Find the line holding "(130, -255.359111), align=None)" in the entries below. Give it again exactly, along with every line after it up to and including the line holding "(144, -215.359111), align=None)".

(Records shown begins)

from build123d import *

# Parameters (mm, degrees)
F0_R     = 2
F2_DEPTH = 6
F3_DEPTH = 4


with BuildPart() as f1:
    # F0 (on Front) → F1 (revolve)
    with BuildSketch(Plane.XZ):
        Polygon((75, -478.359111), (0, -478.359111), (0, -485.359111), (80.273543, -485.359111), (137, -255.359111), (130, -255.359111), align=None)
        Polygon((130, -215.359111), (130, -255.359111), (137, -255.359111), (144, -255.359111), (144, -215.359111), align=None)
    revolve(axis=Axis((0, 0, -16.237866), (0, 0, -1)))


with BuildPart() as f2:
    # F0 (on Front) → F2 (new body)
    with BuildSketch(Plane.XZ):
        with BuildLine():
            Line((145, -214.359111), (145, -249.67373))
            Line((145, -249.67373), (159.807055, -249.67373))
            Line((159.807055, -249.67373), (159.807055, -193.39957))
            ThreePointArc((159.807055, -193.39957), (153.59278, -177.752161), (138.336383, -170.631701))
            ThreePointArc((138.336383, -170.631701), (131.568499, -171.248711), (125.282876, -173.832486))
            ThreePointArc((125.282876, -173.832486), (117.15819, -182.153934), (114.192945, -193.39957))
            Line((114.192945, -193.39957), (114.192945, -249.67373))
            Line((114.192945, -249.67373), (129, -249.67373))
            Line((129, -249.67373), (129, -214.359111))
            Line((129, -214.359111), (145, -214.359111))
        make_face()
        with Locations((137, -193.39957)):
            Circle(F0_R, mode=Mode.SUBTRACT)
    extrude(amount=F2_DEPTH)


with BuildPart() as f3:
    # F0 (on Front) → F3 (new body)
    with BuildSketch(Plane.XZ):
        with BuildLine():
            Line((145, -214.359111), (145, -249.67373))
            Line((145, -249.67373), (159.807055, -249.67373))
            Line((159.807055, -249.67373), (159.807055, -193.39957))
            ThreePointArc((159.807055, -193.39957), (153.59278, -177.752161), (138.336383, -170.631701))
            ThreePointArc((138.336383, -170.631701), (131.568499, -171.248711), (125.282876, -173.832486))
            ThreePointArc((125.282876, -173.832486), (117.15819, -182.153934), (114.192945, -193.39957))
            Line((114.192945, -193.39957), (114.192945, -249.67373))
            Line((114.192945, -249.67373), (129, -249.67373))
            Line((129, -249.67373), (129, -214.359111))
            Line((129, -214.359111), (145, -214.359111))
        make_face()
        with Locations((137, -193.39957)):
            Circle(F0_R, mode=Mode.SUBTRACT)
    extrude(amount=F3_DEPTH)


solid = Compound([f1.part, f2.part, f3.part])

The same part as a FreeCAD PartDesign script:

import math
import FreeCAD as App
import Part
import Sketcher

V = App.Vector
Q = App.Units.Quantity


def add_polygon(sketch, points):
    """Adds a closed chain of lines whose ends are joined by coincident constraints."""
    first, n = sketch.GeometryCount, len(points)
    for a, b in zip(points, points[1:] + points[:1]):
        sketch.addGeometry(Part.LineSegment(App.Vector(*a, 0), App.Vector(*b, 0)), False)
    for i in range(n):
        sketch.addConstraint(Sketcher.Constraint("Coincident", first + i, 2, first + (i + 1) % n, 1))

doc = App.newDocument("Part")
body = doc.addObject("PartDesign::Body", "Body")

# Sketch on XZ plane
sketch1 = doc.addObject("Sketcher::SketchObject", "Sketch")
body.addObject(sketch1)
sketch1.AttachmentSupport = (doc.XZ_Plane, [""])
sketch1.MapMode = "FlatFace"
add_polygon(sketch1, [(75, -478), (0, -478), (0, -485), (80, -485), (137, -255), (144, -255), (144, -215), (130, -215), (130, -255)])  # lines 0-8
sketch1.addConstraint(Sketcher.Constraint("Horizontal", 0))
sketch1.addConstraint(Sketcher.Constraint("Vertical", 1))
sketch1.addConstraint(Sketcher.Constraint("Horizontal", 2))
sketch1.addConstraint(Sketcher.Constraint("Horizontal", 4))
sketch1.addConstraint(Sketcher.Constraint("Vertical", 5))
sketch1.addConstraint(Sketcher.Constraint("Horizontal", 6))
sketch1.addConstraint(Sketcher.Constraint("Vertical", 7))
sketch1.addConstraint(Sketcher.Constraint("PointOnObject", 0, 2, -2))
sketch1.addConstraint(Sketcher.Constraint("Parallel", 3, 8))
sketch1.addConstraint(Sketcher.Constraint("Horizontal", 4, 2, 7, 2))
sketch1.addConstraint(Sketcher.Constraint("Equal", 4, 1))
sketch1.addConstraint(Sketcher.Constraint("DistanceX", 0, 2, 0, 1, Q("75 mm")))
sketch1.addConstraint(Sketcher.Constraint("DistanceX", 4, 1, 4, 2, Q("7 mm")))
sketch1.addConstraint(Sketcher.Constraint("DistanceX", 6, 2, 6, 1, Q("14 mm")))
sketch1.addConstraint(Sketcher.Constraint("DistanceY", 5, 1, 5, 2, Q("40 mm")))
sketch1.addConstraint(Sketcher.Constraint("DistanceX", -1, 1, 3, 2, Q("137 mm")))
sketch1.addConstraint(Sketcher.Constraint("DistanceY", 2, 2, 3, 2, Q("230 mm")))
sketch1.addConstraint(Sketcher.Constraint("DistanceY", 0, 2, -1, 1, Q("478.359111 mm")))
revolution = doc.addObject("PartDesign::Revolution", "Revolution")
body.addObject(revolution)
revolution.Profile = sketch1
revolution.ReferenceAxis = (sketch1, ["V_Axis"])
revolution.Angle = 360
body2 = doc.addObject("PartDesign::Body", "Body001")

# Sketch on XZ plane
sketch2 = doc.addObject("Sketcher::SketchObject", "Sketch001")
body2.addObject(sketch2)
sketch2.AttachmentSupport = (doc.getObject("XZ_Plane001"), [""])
sketch2.MapMode = "FlatFace"
sketch2.addGeometry(Part.LineSegment(V(145, -214.4, 0), V(145, -249.7, 0)), False)
sketch2.addGeometry(Part.LineSegment(V(145, -249.7, 0), V(159.8, -249.7, 0)), False)
sketch2.addGeometry(Part.LineSegment(V(159.8, -249.7, 0), V(159.8, -193.4, 0)), False)
sketch2.addGeometry(Part.ArcOfCircle(Part.Circle(V(137, -193.4, 0), V(0, 0, 1), 22.8), math.radians(0), math.radians(87)), False)
sketch2.addGeometry(Part.ArcOfCircle(Part.Circle(V(137, -193.4, 0), V(0, 0, 1), 22.8), math.radians(87), math.radians(121)), False)
sketch2.addGeometry(Part.ArcOfCircle(Part.Circle(V(137, -193.4, 0), V(0, 0, 1), 22.8), math.radians(121), math.radians(180)), False)
sketch2.addGeometry(Part.LineSegment(V(114.2, -193.4, 0), V(114.2, -249.7, 0)), False)
sketch2.addGeometry(Part.LineSegment(V(114.2, -249.7, 0), V(129, -249.7, 0)), False)
sketch2.addGeometry(Part.LineSegment(V(129, -249.7, 0), V(129, -214.4, 0)), False)
sketch2.addGeometry(Part.LineSegment(V(129, -214.4, 0), V(145, -214.4, 0)), False)
sketch2.addGeometry(Part.Circle(V(137, -193.4, 0), V(0, 0, 1), 2), False)
sketch2.addConstraint(Sketcher.Constraint("Coincident", 0, 2, 1, 1))
sketch2.addConstraint(Sketcher.Constraint("Coincident", 1, 2, 2, 1))
sketch2.addConstraint(Sketcher.Constraint("Tangent", 2, 2, 3, 1))
sketch2.addConstraint(Sketcher.Constraint("Tangent", 3, 2, 4, 1))
sketch2.addConstraint(Sketcher.Constraint("Tangent", 4, 2, 5, 1))
sketch2.addConstraint(Sketcher.Constraint("Tangent", 5, 2, 6, 1))
sketch2.addConstraint(Sketcher.Constraint("Coincident", 6, 2, 7, 1))
sketch2.addConstraint(Sketcher.Constraint("Coincident", 7, 2, 8, 1))
sketch2.addConstraint(Sketcher.Constraint("Coincident", 8, 2, 9, 1))
sketch2.addConstraint(Sketcher.Constraint("Coincident", 9, 2, 0, 1))
sketch2.addConstraint(Sketcher.Constraint("Vertical", 0))
sketch2.addConstraint(Sketcher.Constraint("Horizontal", 1))
sketch2.addConstraint(Sketcher.Constraint("Vertical", 2))
sketch2.addConstraint(Sketcher.Constraint("Vertical", 6))
sketch2.addConstraint(Sketcher.Constraint("Horizontal", 7))
sketch2.addConstraint(Sketcher.Constraint("Vertical", 8))
sketch2.addConstraint(Sketcher.Constraint("Horizontal", 9))
sketch2.addConstraint(Sketcher.Constraint("Coincident", 5, 3, 3, 3))
sketch2.addConstraint(Sketcher.Constraint("Coincident", 10, 3, 3, 3))
sketch2.addConstraint(Sketcher.Constraint("Horizontal", 1, 2, 6, 2))
sketch2.addConstraint(Sketcher.Constraint("Equal", 1, 7))
sketch2.addConstraint(Sketcher.Constraint("Diameter", 10, Q("4 mm")))
sketch2.addConstraint(Sketcher.Constraint("DistanceX", 9, 1, 9, 2, Q("16 mm")))
sketch2.addConstraint(Sketcher.Constraint("DistanceX", -1, 1, 3, 3, Q("136.999999 mm")))
sketch2.addConstraint(Sketcher.Constraint("Radius", 3, Q("22.807056 mm")))
sketch2.addConstraint(Sketcher.Constraint("DistanceY", 0, 2, 0, 1, Q("35.314619 mm")))
sketch2.addConstraint(Sketcher.Constraint("DistanceY", 2, 1, 2, 2, Q("56.27416 mm")))
sketch2.addConstraint(Sketcher.Constraint("DistanceY", 3, 2, -1, 1, Q("170.631701 mm")))
sketch2.addConstraint(Sketcher.Constraint("DistanceY", 3, 3, -1, 1, Q("193.39957 mm")))
sketch2.addConstraint(Sketcher.Constraint("DistanceX", 5, 2, 4, 2, Q("11.089931 mm")))
pad1 = doc.addObject("PartDesign::Pad", "Pad")
body2.addObject(pad1)
pad1.Profile = sketch2
pad1.Length = 6
body3 = doc.addObject("PartDesign::Body", "Body002")

# Sketch on XZ plane
sketch3 = doc.addObject("Sketcher::SketchObject", "Sketch002")
body3.addObject(sketch3)
sketch3.AttachmentSupport = (doc.getObject("XZ_Plane002"), [""])
sketch3.MapMode = "FlatFace"
sketch3.addGeometry(Part.LineSegment(V(145, -214.4, 0), V(145, -249.7, 0)), False)
sketch3.addGeometry(Part.LineSegment(V(145, -249.7, 0), V(159.8, -249.7, 0)), False)
sketch3.addGeometry(Part.LineSegment(V(159.8, -249.7, 0), V(159.8, -193.4, 0)), False)
sketch3.addGeometry(Part.ArcOfCircle(Part.Circle(V(137, -193.4, 0), V(0, 0, 1), 22.8), math.radians(0), math.radians(87)), False)
sketch3.addGeometry(Part.ArcOfCircle(Part.Circle(V(137, -193.4, 0), V(0, 0, 1), 22.8), math.radians(87), math.radians(121)), False)
sketch3.addGeometry(Part.ArcOfCircle(Part.Circle(V(137, -193.4, 0), V(0, 0, 1), 22.8), math.radians(121), math.radians(180)), False)
sketch3.addGeometry(Part.LineSegment(V(114.2, -193.4, 0), V(114.2, -249.7, 0)), False)
sketch3.addGeometry(Part.LineSegment(V(114.2, -249.7, 0), V(129, -249.7, 0)), False)
sketch3.addGeometry(Part.LineSegment(V(129, -249.7, 0), V(129, -214.4, 0)), False)
sketch3.addGeometry(Part.LineSegment(V(129, -214.4, 0), V(145, -214.4, 0)), False)
sketch3.addGeometry(Part.Circle(V(137, -193.4, 0), V(0, 0, 1), 2), False)
sketch3.addConstraint(Sketcher.Constraint("Coincident", 0, 2, 1, 1))
sketch3.addConstraint(Sketcher.Constraint("Coincident", 1, 2, 2, 1))
sketch3.addConstraint(Sketcher.Constraint("Tangent", 2, 2, 3, 1))
sketch3.addConstraint(Sketcher.Constraint("Tangent", 3, 2, 4, 1))
sketch3.addConstraint(Sketcher.Constraint("Tangent", 4, 2, 5, 1))
sketch3.addConstraint(Sketcher.Constraint("Tangent", 5, 2, 6, 1))
sketch3.addConstraint(Sketcher.Constraint("Coincident", 6, 2, 7, 1))
sketch3.addConstraint(Sketcher.Constraint("Coincident", 7, 2, 8, 1))
sketch3.addConstraint(Sketcher.Constraint("Coincident", 8, 2, 9, 1))
sketch3.addConstraint(Sketcher.Constraint("Coincident", 9, 2, 0, 1))
sketch3.addConstraint(Sketcher.Constraint("Vertical", 0))
sketch3.addConstraint(Sketcher.Constraint("Horizontal", 1))
sketch3.addConstraint(Sketcher.Constraint("Vertical", 2))
sketch3.addConstraint(Sketcher.Constraint("Vertical", 6))
sketch3.addConstraint(Sketcher.Constraint("Horizontal", 7))
sketch3.addConstraint(Sketcher.Constraint("Vertical", 8))
sketch3.addConstraint(Sketcher.Constraint("Horizontal", 9))
sketch3.addConstraint(Sketcher.Constraint("Coincident", 5, 3, 3, 3))
sketch3.addConstraint(Sketcher.Constraint("Coincident", 10, 3, 3, 3))
sketch3.addConstraint(Sketcher.Constraint("Horizontal", 1, 2, 6, 2))
sketch3.addConstraint(Sketcher.Constraint("Equal", 1, 7))
sketch3.addConstraint(Sketcher.Constraint("Diameter", 10, Q("4 mm")))
sketch3.addConstraint(Sketcher.Constraint("DistanceX", 9, 1, 9, 2, Q("16 mm")))
sketch3.addConstraint(Sketcher.Constraint("DistanceX", -1, 1, 3, 3, Q("136.999999 mm")))
sketch3.addConstraint(Sketcher.Constraint("Radius", 3, Q("22.807056 mm")))
sketch3.addConstraint(Sketcher.Constraint("DistanceY", 0, 2, 0, 1, Q("35.314619 mm")))
sketch3.addConstraint(Sketcher.Constraint("DistanceY", 2, 1, 2, 2, Q("56.27416 mm")))
sketch3.addConstraint(Sketcher.Constraint("DistanceY", 3, 2, -1, 1, Q("170.631701 mm")))
sketch3.addConstraint(Sketcher.Constraint("DistanceY", 3, 3, -1, 1, Q("193.39957 mm")))
sketch3.addConstraint(Sketcher.Constraint("DistanceX", 5, 2, 4, 2, Q("11.089931 mm")))
pad2 = doc.addObject("PartDesign::Pad", "Pad001")
body3.addObject(pad2)
pad2.Profile = sketch3
pad2.Length = 4

doc.recompute()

(Records shown ends)

*Answer below*:
        Polygon((75, -478.359111), (0, -478.359111), (0, -485.359111), (80.273543, -485.359111), (137, -255.359111), (130, -255.359111), align=None)
        Polygon((130, -215.359111), (130, -255.359111), (137, -255.359111), (144, -255.359111), (144, -215.359111), align=None)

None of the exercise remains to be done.